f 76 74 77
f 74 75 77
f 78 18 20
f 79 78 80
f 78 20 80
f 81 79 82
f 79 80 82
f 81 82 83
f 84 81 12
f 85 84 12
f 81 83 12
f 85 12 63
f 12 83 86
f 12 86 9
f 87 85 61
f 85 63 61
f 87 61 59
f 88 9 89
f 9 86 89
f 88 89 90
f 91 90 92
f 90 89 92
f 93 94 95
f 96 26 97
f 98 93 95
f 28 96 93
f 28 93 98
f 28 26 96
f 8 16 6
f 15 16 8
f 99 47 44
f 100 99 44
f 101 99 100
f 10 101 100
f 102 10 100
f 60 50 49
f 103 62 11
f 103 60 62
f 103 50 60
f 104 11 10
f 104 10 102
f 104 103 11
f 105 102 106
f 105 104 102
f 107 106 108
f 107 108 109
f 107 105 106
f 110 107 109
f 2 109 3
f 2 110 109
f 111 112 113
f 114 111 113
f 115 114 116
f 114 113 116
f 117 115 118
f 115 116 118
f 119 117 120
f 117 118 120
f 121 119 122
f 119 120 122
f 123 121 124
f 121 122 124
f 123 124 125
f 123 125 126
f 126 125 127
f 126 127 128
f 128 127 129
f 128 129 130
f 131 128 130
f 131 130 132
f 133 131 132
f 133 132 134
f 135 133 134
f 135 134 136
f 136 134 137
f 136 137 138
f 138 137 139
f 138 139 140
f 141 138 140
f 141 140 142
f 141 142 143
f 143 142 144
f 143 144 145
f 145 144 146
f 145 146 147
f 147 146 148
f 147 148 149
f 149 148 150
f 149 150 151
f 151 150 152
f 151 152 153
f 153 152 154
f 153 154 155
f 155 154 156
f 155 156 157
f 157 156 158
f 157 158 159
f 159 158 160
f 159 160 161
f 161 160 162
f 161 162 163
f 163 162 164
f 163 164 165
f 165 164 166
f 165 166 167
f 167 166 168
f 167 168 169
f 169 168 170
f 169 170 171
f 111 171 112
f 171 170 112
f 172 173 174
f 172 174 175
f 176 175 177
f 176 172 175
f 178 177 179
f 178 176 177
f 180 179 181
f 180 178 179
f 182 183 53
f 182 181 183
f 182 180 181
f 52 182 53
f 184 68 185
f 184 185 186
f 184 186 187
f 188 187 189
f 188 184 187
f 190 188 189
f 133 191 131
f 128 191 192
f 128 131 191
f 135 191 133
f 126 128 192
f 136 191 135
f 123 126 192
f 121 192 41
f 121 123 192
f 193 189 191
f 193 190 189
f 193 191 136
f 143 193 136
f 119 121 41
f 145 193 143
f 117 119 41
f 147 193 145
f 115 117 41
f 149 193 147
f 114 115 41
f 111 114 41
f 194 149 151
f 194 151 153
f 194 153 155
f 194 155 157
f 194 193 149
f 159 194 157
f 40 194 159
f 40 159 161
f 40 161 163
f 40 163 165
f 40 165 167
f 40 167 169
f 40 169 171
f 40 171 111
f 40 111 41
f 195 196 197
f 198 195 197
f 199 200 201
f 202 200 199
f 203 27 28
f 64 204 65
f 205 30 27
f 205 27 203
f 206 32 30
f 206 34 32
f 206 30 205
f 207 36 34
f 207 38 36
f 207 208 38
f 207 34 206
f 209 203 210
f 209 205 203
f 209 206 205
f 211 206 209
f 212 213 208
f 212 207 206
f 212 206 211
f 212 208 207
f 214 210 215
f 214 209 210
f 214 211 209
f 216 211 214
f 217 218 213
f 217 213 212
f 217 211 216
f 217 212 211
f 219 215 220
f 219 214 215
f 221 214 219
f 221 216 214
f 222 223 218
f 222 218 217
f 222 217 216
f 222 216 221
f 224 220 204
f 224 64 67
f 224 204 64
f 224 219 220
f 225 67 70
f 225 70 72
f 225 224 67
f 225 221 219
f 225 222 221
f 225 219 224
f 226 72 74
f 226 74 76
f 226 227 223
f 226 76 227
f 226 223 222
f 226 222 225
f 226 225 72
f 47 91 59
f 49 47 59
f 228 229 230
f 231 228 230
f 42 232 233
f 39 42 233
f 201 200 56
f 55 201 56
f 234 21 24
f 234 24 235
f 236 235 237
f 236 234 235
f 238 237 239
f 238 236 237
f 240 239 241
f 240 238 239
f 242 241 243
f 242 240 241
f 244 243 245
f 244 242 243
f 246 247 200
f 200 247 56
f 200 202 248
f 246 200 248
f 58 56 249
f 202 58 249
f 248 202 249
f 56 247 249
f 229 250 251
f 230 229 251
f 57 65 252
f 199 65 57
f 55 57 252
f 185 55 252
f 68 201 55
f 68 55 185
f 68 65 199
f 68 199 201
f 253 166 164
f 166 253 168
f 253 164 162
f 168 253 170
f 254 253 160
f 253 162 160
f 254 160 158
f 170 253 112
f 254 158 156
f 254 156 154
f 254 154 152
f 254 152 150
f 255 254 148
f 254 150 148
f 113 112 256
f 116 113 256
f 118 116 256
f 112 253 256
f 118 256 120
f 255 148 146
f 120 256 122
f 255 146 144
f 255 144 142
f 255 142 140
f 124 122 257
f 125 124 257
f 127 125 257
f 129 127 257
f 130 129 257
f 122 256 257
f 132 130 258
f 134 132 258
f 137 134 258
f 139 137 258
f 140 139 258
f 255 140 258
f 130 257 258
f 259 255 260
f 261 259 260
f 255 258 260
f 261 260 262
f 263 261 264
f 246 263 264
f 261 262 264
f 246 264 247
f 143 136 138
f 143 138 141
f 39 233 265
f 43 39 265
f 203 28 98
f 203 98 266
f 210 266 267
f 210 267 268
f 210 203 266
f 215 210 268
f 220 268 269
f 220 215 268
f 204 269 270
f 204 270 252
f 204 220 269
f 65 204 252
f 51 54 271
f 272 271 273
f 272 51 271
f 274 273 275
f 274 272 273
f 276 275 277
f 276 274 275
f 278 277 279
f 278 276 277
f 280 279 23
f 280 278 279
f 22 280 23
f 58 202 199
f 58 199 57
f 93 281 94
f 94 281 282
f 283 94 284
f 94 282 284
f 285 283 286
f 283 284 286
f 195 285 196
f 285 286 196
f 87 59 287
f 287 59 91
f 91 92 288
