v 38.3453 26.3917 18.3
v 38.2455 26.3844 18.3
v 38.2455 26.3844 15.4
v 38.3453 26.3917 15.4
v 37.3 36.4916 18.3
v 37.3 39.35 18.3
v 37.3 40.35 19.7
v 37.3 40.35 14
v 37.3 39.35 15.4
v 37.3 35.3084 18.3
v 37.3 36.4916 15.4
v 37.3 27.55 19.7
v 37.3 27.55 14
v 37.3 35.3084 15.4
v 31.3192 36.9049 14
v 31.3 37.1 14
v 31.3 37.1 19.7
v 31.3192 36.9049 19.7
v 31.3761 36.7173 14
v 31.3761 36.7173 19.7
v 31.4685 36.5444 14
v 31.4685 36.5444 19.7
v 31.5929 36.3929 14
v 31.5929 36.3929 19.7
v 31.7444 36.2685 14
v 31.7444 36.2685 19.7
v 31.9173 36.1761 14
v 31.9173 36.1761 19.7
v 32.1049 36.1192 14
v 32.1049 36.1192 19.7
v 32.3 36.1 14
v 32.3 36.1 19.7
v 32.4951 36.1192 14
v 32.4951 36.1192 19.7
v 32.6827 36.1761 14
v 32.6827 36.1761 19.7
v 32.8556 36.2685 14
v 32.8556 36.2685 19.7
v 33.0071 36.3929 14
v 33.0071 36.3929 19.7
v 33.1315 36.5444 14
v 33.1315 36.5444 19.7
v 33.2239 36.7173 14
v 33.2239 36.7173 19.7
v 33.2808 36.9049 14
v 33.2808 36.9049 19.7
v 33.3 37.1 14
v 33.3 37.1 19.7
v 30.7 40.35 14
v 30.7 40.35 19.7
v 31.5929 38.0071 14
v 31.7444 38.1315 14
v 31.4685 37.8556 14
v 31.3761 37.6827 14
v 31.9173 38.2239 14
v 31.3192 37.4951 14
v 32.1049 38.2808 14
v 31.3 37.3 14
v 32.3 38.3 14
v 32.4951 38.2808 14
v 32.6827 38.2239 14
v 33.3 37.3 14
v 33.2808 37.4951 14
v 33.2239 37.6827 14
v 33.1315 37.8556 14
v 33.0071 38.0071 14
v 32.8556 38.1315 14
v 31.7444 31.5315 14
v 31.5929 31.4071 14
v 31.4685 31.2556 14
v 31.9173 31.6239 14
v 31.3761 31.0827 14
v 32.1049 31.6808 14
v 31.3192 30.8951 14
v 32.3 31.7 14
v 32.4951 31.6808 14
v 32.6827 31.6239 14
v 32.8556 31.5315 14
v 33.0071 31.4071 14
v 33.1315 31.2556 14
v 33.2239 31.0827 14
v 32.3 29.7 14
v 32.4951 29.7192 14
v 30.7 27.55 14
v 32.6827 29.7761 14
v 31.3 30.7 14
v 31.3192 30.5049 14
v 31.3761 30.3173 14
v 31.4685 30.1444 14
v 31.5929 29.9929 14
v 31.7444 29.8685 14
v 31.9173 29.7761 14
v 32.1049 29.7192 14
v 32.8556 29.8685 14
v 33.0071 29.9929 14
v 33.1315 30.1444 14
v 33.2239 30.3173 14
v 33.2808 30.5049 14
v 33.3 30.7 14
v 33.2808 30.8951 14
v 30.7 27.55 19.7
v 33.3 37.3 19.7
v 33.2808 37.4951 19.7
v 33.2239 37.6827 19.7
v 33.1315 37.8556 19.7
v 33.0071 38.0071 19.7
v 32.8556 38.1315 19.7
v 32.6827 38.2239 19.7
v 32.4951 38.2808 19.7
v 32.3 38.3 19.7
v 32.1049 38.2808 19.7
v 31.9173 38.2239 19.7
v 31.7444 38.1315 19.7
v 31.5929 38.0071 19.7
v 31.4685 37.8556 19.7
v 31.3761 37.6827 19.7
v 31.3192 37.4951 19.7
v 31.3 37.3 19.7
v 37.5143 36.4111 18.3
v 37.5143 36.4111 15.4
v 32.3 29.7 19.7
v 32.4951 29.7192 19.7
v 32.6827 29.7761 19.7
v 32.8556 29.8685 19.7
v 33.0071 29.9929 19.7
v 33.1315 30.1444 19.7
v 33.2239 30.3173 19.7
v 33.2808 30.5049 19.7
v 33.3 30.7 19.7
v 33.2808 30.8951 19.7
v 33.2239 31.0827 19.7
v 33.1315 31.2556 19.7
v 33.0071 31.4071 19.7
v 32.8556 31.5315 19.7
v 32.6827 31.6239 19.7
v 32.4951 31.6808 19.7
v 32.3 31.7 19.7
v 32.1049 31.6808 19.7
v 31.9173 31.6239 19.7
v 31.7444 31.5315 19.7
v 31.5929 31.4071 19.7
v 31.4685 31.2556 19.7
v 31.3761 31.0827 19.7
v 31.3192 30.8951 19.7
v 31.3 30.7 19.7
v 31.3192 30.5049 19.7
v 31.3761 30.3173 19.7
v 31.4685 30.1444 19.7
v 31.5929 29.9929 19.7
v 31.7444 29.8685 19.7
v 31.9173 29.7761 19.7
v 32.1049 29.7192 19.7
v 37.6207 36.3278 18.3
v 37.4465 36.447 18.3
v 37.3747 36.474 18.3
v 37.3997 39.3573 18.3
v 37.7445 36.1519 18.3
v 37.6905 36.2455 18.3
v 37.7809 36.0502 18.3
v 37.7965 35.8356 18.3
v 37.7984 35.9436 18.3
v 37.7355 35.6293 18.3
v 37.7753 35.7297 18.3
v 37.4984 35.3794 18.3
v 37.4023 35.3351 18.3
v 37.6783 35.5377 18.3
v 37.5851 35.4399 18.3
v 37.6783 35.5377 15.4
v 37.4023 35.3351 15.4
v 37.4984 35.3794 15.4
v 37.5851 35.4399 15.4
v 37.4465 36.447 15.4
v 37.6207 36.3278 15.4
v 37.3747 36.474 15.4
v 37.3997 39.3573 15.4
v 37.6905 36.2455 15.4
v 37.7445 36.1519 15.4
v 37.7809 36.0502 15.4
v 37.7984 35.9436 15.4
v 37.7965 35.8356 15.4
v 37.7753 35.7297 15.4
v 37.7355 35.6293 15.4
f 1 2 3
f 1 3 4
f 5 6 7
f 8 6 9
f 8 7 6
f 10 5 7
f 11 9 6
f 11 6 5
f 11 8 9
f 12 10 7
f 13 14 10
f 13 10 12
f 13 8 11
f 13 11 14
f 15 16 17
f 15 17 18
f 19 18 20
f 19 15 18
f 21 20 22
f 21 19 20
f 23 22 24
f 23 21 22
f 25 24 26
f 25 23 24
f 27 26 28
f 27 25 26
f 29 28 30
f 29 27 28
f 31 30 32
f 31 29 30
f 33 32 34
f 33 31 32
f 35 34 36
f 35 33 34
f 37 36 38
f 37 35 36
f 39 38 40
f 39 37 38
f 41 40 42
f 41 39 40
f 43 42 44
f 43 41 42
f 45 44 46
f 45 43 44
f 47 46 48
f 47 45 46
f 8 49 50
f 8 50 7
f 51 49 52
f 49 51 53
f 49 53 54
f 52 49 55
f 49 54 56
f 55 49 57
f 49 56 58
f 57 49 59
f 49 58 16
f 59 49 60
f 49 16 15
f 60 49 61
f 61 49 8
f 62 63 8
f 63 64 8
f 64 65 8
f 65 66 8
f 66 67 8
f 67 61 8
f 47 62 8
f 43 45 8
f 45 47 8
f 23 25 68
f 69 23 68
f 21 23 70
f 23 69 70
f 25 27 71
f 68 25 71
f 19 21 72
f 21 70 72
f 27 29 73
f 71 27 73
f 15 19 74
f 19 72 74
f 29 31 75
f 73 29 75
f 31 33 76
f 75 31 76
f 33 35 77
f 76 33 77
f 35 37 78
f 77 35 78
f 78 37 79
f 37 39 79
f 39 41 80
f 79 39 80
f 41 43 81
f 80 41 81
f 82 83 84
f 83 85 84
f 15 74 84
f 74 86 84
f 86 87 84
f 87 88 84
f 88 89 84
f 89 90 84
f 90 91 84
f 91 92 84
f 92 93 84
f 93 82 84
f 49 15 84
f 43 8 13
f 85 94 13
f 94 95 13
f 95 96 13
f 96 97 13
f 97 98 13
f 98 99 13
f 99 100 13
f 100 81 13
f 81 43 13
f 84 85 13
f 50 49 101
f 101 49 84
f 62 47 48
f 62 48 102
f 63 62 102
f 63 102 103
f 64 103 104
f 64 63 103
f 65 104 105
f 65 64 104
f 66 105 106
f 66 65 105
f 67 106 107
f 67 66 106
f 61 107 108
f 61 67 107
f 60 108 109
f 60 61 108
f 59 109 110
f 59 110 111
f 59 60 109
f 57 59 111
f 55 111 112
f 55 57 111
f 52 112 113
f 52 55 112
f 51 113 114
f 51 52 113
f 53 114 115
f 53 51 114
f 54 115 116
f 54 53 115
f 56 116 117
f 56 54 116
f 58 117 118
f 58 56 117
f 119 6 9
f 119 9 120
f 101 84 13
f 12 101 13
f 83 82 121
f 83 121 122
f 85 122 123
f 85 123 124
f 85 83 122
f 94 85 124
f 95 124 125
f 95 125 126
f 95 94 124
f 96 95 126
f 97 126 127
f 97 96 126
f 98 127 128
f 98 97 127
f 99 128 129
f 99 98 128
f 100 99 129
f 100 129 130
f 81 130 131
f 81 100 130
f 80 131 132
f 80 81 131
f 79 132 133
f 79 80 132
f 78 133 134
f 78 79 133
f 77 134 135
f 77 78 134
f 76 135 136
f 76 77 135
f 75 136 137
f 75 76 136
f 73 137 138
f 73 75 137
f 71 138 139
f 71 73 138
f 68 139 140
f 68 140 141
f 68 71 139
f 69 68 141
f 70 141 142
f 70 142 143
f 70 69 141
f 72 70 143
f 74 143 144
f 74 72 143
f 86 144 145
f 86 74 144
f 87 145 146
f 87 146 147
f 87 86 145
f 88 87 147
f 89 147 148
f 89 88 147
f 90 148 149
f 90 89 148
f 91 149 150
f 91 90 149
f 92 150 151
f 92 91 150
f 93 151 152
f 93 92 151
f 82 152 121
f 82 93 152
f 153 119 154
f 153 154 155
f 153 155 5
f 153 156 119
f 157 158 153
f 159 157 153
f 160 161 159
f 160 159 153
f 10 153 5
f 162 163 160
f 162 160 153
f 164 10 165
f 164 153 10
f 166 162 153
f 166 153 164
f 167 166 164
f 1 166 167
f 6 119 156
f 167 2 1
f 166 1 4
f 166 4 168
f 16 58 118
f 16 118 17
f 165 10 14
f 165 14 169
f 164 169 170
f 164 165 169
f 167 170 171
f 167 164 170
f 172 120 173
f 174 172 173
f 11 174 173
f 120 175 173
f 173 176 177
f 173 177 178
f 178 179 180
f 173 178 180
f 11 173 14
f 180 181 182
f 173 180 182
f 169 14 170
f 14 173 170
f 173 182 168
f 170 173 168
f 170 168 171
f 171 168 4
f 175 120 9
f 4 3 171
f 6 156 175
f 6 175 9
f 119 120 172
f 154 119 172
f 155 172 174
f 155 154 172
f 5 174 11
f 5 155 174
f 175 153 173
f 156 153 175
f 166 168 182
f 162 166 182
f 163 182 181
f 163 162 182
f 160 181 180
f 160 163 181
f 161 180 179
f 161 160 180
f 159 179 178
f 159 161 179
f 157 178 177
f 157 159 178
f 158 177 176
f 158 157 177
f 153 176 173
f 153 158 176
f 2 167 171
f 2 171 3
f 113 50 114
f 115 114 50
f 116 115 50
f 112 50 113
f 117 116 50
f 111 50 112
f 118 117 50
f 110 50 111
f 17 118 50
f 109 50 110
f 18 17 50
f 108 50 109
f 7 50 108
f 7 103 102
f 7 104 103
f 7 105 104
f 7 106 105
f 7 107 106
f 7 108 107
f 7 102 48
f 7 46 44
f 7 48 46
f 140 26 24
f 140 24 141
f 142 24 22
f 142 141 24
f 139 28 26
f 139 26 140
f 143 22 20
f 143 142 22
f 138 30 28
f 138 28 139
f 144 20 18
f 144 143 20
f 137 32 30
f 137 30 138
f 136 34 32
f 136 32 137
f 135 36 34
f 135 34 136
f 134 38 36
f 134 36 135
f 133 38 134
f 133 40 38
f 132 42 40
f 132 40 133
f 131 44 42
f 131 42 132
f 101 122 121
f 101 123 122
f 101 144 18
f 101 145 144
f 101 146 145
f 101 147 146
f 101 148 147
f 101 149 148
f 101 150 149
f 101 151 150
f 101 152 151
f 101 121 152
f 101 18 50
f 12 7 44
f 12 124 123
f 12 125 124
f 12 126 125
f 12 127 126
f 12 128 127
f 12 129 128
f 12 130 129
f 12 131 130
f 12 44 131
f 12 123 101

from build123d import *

# Parameters (mm, degrees)
SKETCH018_W             = 12.8
SKETCH018_H             = 6.6
SKETCH018_R             = 1
PAD004_DEPTH            = 5.7
PAD005_DEPTH            = 2.9
PAD006_DEPTH            = 2.9
BODY004_PLACEMENT_ANGLE = 90


with BuildPart() as part:
    # Sketch018 → Pad004 (new body)
    with BuildSketch(Plane.XY):
        Rectangle(SKETCH018_W, SKETCH018_H)
        with Locations((3.25, -1.7)):
            Circle(SKETCH018_R, mode=Mode.SUBTRACT)
        with BuildLine():
            ThreePointArc((-3.35, -0.7), (-4.35, -1.7), (-3.35, -2.7))
            Line((-3.35, -2.7), (-3.15, -2.7))
            ThreePointArc((-3.15, -2.7), (-2.15, -1.7), (-3.15, -0.7))
            Line((-3.15, -0.7), (-3.35, -0.7))
        make_face(mode=Mode.SUBTRACT)
    extrude(amount=PAD004_DEPTH)

    # Sketch019 (on Face11 of Pad004) → Pad005 (join)
    with BuildSketch(Plane.XY.offset(4.3)):
        with BuildLine():
            ThreePointArc((-1.35, 3.2), (-1.95, 3.8), (-2.55, 3.2))
            Line((-2.55, 3.2), (-1.35, 3.2))
        make_face()
    extrude(amount=-PAD005_DEPTH)

    # Sketch022 (on Face4 of Pad005) → Pad006 (join)
    with BuildSketch(Plane.XY.offset(4.3)):
        Polygon((-5.4, 3.3), (7.565569, 4.245522), (7.558296, 4.345257), (-5.407273, 3.399735), align=None)
    extrude(amount=-PAD006_DEPTH)


with BuildPart() as part_1:
    # Body004 placement: moved
    add(part.part.moved(Location((34, 33.95, 14))).rotate(Axis((34, 33.95, 14), (0, 0, -1)), BODY004_PLACEMENT_ANGLE))


solid = part_1.part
::::
Directions for this task ▸ In the listing above, find the line with "f 261 262 264" and the line with "f 274 273 275", then print exactly those two lines and every line between them, and nothing more.

Answer area ▸
f 261 262 264
f 246 264 247
f 143 136 138
f 143 138 141
f 39 233 265
f 43 39 265
f 203 28 98
f 203 98 266
f 210 266 267
f 210 267 268
f 210 203 266
f 215 210 268
f 220 268 269
f 220 215 268
f 204 269 270
f 204 270 252
f 204 220 269
f 65 204 252
f 51 54 271
f 272 271 273
f 272 51 271
f 274 273 275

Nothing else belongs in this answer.